Exercise requirements: List every line below containing "Locations".

*** The data ***

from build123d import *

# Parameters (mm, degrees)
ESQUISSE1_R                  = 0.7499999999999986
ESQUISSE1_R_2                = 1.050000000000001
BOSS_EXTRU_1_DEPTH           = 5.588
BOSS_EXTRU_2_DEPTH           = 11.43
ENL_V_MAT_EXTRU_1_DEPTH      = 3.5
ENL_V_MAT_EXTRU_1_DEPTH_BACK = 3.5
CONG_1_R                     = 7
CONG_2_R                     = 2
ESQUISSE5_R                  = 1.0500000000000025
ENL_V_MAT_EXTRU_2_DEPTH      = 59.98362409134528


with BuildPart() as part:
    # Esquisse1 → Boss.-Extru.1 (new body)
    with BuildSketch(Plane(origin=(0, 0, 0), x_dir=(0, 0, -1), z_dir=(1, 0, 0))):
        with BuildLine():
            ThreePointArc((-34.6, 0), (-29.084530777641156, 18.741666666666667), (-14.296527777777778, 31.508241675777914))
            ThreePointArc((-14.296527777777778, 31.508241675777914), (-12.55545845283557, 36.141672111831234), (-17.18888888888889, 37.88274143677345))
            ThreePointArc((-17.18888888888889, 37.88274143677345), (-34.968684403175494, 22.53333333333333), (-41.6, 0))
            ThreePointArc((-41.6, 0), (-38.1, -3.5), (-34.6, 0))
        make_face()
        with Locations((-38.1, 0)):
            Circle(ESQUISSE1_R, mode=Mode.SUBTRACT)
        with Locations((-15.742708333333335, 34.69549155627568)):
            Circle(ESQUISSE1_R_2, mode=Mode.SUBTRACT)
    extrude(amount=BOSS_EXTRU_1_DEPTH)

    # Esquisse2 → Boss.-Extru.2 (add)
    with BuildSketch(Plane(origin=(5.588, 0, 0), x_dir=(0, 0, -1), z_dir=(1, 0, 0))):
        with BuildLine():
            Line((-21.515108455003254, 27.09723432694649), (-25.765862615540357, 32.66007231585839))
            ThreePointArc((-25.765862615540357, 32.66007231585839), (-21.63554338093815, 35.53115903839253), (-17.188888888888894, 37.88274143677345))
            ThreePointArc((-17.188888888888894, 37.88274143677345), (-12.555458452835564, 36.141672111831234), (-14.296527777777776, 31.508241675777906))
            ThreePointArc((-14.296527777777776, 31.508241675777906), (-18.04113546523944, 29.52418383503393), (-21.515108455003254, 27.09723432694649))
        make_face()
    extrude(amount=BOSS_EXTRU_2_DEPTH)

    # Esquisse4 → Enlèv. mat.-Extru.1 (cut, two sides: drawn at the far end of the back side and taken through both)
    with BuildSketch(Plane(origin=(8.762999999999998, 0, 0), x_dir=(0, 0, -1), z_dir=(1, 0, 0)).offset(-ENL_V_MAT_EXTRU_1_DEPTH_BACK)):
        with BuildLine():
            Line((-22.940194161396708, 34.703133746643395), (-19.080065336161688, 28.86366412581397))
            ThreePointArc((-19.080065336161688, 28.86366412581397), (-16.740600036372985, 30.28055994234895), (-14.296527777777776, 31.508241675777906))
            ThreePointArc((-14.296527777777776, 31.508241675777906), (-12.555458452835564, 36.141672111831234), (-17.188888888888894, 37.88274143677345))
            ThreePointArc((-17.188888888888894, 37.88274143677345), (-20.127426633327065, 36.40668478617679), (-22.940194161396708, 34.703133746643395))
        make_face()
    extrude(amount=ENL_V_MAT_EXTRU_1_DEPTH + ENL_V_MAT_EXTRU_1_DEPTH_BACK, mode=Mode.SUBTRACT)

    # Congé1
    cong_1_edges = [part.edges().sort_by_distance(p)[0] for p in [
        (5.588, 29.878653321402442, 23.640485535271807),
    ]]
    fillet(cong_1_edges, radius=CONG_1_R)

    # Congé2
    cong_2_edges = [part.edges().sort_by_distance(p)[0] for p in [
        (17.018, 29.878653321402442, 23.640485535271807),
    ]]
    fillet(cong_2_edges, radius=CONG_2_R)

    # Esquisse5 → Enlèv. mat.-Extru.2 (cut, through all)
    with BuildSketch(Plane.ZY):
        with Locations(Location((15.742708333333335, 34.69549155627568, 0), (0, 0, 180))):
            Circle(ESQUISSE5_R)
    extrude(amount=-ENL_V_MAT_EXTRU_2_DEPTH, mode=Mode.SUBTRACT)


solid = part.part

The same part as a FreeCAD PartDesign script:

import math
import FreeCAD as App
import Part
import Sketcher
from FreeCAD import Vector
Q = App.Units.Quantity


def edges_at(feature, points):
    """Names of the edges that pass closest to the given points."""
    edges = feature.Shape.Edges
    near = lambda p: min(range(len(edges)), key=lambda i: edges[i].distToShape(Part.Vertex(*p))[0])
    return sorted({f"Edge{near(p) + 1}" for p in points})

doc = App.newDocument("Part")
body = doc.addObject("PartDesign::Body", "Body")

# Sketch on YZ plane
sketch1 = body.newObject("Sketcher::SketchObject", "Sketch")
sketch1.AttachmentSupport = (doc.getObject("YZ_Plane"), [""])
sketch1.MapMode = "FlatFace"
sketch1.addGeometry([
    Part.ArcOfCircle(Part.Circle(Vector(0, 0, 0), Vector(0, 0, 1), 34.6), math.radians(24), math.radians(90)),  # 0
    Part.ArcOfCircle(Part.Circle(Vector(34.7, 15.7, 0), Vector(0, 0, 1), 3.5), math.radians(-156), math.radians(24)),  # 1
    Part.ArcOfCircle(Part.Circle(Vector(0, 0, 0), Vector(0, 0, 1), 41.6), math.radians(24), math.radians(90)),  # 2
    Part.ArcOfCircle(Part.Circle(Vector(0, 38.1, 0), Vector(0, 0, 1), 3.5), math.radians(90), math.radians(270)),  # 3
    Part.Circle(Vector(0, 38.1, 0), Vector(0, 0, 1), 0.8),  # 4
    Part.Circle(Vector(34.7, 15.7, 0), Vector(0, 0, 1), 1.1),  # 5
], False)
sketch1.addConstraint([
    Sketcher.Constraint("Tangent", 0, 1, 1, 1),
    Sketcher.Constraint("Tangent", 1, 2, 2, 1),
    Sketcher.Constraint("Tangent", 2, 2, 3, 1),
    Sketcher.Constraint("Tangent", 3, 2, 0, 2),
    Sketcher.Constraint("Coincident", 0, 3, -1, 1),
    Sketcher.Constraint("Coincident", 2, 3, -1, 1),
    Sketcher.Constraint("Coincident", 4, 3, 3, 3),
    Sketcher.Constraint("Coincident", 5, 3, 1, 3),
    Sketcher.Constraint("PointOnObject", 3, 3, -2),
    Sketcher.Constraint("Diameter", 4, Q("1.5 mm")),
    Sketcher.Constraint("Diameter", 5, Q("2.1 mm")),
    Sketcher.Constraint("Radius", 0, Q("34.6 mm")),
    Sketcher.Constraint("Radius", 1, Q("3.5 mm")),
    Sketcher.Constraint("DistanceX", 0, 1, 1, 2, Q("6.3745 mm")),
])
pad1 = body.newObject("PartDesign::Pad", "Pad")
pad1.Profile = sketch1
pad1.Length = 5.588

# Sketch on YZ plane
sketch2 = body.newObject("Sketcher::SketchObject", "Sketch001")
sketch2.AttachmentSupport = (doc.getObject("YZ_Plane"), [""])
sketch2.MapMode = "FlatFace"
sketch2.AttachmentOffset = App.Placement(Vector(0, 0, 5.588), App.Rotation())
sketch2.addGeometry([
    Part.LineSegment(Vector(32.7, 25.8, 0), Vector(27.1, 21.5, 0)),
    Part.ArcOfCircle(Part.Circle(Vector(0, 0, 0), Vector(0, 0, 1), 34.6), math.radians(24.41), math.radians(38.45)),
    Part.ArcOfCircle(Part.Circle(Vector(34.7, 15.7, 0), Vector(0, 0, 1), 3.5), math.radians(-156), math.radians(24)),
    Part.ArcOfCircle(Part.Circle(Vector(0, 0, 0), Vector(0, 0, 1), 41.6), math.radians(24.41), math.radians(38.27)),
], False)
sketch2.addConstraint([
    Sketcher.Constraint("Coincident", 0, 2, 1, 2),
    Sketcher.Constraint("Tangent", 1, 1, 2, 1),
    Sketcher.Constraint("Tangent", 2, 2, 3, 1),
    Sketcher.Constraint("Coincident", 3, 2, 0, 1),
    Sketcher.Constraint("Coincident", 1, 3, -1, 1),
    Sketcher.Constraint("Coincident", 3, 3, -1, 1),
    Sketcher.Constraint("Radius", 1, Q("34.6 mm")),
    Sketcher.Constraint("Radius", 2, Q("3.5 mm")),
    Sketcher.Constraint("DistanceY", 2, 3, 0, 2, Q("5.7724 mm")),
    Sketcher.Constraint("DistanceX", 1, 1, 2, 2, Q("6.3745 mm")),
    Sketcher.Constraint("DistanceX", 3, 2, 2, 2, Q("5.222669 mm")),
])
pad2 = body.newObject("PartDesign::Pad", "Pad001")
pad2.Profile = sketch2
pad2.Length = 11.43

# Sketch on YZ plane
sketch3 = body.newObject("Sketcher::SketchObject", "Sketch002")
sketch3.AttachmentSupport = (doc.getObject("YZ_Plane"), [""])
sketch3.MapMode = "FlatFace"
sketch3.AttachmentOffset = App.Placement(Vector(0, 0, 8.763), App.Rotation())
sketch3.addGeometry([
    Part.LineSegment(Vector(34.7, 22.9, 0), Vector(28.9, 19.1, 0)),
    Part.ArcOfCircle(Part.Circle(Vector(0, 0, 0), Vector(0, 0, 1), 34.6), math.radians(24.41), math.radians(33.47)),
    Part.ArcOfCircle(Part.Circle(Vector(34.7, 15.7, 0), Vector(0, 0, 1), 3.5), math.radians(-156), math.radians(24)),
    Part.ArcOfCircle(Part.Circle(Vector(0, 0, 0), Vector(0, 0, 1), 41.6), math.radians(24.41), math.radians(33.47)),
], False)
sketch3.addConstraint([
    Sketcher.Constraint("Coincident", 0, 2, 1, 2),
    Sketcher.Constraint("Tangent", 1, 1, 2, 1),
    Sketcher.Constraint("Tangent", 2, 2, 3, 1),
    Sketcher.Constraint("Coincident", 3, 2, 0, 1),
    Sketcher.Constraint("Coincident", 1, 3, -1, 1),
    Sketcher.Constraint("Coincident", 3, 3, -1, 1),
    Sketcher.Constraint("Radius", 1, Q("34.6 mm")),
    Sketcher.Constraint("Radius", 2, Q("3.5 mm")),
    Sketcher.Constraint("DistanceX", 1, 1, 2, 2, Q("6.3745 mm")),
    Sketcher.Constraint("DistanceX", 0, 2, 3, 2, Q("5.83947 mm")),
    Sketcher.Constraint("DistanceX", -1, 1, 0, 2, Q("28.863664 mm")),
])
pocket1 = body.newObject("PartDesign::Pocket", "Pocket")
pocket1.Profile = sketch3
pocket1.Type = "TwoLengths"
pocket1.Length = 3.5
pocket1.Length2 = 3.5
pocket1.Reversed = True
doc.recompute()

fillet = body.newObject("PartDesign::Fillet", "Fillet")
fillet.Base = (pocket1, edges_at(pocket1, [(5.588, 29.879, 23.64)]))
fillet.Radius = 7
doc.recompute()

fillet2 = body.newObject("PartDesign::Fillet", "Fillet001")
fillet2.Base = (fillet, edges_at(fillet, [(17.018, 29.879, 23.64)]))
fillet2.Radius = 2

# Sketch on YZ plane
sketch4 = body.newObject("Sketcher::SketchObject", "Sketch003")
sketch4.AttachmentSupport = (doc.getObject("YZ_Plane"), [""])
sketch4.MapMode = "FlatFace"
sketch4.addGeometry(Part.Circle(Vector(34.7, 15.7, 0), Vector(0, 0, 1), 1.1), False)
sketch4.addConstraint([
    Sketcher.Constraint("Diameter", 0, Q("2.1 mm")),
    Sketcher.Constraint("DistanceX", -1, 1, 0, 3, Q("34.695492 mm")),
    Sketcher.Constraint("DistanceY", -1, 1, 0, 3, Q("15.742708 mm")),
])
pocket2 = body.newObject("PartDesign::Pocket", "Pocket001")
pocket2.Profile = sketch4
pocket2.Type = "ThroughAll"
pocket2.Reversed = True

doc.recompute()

*** End of The data ***

Result of the task:
        with Locations((-38.1, 0)):
        with Locations((-15.742708333333335, 34.69549155627568)):
        with Locations(Location((15.742708333333335, 34.69549155627568, 0), (0, 0, 180))):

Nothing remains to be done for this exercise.